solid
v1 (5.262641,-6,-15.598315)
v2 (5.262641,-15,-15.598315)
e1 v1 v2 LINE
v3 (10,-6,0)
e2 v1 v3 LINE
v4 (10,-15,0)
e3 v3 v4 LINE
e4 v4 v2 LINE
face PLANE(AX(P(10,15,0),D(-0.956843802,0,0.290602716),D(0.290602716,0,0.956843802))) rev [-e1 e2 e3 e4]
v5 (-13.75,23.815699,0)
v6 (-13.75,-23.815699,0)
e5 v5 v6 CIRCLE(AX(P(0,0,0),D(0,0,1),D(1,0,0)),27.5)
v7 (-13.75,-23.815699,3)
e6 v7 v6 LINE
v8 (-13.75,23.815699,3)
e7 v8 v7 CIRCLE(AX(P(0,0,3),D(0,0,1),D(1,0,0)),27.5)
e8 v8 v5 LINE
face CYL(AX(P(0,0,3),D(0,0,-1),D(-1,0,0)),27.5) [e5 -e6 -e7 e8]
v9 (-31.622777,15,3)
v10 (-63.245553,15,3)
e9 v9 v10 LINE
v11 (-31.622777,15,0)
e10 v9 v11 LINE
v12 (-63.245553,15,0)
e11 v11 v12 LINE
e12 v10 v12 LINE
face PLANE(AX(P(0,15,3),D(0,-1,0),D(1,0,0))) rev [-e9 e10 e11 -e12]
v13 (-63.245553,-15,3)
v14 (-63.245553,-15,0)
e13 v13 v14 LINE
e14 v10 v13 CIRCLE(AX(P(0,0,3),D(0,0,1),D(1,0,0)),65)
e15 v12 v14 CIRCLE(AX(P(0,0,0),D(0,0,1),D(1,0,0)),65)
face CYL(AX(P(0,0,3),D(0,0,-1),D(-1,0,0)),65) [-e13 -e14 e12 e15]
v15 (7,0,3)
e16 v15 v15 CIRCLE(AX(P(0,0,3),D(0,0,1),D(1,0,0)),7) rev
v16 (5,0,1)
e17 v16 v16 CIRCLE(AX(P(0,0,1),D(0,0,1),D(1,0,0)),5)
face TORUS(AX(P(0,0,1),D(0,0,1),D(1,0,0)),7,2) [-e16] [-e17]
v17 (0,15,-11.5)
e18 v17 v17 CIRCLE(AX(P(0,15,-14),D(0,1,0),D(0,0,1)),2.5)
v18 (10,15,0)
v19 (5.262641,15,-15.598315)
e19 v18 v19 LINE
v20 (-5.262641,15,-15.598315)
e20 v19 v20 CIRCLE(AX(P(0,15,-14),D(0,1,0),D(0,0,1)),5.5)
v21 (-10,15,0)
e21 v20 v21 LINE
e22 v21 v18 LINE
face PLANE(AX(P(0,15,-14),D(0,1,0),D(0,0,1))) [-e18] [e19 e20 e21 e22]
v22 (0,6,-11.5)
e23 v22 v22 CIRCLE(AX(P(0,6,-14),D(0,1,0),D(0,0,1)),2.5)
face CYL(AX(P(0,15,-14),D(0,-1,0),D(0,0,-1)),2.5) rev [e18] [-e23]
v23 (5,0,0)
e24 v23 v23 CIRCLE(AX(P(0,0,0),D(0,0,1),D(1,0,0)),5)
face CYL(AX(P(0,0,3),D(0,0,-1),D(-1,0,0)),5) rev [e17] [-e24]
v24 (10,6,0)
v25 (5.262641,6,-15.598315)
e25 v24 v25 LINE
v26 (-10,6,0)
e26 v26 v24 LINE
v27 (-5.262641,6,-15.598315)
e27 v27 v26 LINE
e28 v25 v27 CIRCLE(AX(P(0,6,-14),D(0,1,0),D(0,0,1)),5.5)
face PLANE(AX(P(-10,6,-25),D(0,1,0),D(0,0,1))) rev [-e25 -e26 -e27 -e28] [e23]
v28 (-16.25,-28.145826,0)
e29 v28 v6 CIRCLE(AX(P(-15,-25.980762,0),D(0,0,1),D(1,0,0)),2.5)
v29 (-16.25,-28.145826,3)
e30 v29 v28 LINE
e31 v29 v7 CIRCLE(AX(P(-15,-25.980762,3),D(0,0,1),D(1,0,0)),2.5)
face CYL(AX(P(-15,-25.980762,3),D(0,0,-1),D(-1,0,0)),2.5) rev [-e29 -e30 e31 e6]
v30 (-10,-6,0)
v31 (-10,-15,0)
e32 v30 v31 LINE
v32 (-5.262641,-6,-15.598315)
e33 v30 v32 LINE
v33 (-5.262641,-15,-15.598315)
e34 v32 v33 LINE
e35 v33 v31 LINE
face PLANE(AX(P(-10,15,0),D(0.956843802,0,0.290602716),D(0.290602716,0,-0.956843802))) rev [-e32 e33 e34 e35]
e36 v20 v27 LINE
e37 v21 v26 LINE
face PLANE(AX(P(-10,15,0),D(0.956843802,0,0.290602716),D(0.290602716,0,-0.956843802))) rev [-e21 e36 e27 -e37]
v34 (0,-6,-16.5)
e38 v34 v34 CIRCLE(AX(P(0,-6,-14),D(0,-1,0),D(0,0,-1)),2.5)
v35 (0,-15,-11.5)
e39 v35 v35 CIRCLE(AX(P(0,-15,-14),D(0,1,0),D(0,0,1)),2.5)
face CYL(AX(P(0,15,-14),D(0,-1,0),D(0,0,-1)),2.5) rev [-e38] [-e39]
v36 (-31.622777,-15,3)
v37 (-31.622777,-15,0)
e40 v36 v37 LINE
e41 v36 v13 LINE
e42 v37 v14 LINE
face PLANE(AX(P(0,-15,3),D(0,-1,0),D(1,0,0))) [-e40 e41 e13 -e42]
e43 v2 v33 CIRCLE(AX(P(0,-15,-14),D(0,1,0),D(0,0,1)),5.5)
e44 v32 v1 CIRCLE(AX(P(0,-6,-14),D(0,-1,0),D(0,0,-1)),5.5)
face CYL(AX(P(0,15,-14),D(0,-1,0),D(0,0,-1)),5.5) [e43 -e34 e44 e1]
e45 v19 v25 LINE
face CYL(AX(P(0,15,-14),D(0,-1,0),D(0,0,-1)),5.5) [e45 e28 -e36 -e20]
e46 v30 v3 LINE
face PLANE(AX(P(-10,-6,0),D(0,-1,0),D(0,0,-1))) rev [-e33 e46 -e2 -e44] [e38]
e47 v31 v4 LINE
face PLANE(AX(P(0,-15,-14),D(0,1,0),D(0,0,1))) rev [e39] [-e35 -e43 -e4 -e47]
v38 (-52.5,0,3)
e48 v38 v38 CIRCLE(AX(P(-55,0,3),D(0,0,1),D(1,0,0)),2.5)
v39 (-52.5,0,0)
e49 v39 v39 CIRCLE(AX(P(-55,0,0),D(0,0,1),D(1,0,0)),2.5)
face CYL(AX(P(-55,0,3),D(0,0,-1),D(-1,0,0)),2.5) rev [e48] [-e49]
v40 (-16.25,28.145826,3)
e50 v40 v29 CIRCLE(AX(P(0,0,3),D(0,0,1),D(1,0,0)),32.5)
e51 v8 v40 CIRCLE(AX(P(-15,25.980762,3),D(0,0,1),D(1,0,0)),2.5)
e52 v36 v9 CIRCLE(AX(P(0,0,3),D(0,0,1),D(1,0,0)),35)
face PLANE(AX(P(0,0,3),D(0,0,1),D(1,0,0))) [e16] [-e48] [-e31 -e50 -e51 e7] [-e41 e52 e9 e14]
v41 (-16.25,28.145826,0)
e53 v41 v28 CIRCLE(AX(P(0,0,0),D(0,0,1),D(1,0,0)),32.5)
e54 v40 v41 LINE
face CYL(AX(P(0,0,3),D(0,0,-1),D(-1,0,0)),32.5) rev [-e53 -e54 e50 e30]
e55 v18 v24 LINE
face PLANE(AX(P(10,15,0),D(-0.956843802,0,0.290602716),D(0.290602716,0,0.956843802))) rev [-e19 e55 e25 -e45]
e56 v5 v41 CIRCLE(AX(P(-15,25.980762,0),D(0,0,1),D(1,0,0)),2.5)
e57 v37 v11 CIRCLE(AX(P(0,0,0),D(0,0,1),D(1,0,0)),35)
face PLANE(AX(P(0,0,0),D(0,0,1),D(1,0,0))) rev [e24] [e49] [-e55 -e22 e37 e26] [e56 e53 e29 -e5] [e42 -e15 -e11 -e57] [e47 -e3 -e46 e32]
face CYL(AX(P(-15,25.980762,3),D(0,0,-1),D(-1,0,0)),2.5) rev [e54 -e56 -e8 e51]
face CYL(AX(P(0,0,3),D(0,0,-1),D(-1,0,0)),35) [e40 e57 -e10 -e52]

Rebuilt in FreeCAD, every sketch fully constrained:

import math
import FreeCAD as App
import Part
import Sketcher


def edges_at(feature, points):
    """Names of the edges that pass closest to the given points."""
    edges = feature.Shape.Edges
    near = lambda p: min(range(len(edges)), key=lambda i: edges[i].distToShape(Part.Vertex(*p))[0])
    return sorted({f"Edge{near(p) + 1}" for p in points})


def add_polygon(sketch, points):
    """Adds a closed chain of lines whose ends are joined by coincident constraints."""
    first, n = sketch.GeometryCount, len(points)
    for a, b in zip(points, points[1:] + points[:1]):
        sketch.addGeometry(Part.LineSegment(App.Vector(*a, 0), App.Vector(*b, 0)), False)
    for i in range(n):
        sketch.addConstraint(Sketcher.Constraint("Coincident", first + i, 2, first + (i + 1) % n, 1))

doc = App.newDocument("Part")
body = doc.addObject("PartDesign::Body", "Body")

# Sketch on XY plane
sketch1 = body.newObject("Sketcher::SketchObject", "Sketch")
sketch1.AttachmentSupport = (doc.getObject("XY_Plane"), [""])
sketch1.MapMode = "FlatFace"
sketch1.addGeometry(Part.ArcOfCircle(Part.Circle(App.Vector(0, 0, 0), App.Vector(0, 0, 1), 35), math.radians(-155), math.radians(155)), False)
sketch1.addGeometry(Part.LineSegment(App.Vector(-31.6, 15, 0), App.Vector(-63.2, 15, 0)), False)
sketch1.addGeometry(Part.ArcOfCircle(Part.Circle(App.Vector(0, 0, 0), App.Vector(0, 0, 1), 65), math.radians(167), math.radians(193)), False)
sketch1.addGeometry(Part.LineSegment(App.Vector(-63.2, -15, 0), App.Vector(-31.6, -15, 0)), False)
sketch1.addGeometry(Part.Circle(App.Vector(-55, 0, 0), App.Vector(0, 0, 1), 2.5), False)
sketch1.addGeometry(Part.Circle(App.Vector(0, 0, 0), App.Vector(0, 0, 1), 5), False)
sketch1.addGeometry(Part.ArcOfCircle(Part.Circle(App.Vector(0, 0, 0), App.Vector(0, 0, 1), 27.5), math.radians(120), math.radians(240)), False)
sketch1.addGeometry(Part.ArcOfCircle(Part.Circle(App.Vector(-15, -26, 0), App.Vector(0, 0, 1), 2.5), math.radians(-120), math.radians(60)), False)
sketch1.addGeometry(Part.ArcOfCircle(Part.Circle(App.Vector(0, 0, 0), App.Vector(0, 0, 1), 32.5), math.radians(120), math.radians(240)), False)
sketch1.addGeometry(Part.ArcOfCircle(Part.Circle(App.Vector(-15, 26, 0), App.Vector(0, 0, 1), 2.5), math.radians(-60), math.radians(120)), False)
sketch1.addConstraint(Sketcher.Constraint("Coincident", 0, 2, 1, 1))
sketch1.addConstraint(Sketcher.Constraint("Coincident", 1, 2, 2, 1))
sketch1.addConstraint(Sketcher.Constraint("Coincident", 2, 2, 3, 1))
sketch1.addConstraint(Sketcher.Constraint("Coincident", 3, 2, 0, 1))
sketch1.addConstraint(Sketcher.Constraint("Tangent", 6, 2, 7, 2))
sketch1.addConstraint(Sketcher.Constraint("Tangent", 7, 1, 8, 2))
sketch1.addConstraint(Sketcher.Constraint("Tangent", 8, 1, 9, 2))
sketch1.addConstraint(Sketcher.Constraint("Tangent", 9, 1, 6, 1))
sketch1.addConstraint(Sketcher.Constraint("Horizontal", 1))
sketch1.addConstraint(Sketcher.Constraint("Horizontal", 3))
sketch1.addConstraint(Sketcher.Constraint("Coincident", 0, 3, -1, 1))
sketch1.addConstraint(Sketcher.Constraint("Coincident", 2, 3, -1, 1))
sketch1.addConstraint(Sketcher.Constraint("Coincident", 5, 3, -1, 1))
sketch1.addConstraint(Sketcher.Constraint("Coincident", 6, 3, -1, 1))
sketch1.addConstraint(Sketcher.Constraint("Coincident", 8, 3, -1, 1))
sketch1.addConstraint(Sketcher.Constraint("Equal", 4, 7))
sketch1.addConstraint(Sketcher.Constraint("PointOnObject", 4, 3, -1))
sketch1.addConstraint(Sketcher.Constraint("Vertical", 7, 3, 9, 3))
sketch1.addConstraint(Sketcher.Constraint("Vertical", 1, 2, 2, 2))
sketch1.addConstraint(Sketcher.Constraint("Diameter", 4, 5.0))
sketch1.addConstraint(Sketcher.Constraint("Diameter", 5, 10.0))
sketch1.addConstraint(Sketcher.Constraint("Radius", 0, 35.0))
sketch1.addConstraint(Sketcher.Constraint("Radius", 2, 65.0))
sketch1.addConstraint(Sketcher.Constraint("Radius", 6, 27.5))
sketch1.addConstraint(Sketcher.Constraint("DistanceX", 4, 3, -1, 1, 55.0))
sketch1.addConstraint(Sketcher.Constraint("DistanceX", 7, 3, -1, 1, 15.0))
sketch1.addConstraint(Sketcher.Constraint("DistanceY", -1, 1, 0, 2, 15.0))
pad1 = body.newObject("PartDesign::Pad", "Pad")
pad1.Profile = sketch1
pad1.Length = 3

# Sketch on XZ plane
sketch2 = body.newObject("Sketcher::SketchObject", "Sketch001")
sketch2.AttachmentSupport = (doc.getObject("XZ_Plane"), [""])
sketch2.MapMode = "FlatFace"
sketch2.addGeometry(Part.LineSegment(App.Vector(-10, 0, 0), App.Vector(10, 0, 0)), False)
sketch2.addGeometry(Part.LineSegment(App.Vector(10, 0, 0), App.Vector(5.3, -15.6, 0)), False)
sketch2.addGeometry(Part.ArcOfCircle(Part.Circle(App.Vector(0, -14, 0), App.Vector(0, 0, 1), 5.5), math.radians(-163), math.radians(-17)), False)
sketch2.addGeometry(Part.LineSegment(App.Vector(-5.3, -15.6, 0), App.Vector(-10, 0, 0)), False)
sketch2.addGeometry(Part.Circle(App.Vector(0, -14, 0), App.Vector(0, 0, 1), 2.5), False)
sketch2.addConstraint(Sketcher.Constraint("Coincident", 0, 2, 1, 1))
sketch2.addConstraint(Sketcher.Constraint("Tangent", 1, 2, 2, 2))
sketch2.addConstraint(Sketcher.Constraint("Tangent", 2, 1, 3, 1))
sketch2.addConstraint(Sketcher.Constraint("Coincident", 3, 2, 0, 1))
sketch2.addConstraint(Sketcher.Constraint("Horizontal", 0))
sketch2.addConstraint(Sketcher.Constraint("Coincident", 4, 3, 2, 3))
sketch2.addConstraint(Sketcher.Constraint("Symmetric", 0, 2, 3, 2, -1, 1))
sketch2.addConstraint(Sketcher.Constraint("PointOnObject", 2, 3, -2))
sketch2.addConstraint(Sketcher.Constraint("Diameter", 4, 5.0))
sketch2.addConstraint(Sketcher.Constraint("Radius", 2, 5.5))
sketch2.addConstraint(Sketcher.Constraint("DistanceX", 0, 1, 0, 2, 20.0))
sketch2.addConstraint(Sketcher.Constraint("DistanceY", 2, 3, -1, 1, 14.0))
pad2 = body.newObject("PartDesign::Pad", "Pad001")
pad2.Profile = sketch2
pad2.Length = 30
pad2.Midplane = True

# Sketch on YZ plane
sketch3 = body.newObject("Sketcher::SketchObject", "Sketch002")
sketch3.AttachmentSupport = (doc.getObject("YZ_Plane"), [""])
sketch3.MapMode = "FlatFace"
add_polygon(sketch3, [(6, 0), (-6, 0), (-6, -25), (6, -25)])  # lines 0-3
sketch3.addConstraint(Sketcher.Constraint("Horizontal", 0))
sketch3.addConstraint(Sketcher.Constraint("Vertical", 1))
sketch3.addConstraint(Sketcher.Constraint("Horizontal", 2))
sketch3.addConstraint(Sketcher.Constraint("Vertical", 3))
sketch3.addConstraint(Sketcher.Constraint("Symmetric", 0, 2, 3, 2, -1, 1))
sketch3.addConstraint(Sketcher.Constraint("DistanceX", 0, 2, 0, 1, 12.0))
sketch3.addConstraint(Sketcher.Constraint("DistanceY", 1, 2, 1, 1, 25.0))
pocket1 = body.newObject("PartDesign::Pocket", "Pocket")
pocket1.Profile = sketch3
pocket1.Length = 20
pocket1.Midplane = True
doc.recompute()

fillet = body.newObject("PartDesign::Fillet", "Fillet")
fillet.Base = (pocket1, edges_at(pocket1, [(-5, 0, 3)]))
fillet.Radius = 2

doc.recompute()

* * * * *

**TO DO:** From the entries above, extract only the lines running from the one containing "v38 (-52.5,0,3)" through the one containing "v40 (-16.25,28.145826,3)", inclusive.

**REPLY TO THE EXERCISE:**
v38 (-52.5,0,3)
e48 v38 v38 CIRCLE(AX(P(-55,0,3),D(0,0,1),D(1,0,0)),2.5)
v39 (-52.5,0,0)
e49 v39 v39 CIRCLE(AX(P(-55,0,0),D(0,0,1),D(1,0,0)),2.5)
face CYL(AX(P(-55,0,3),D(0,0,-1),D(-1,0,0)),2.5) rev [e48] [-e49]
v40 (-16.25,28.145826,3)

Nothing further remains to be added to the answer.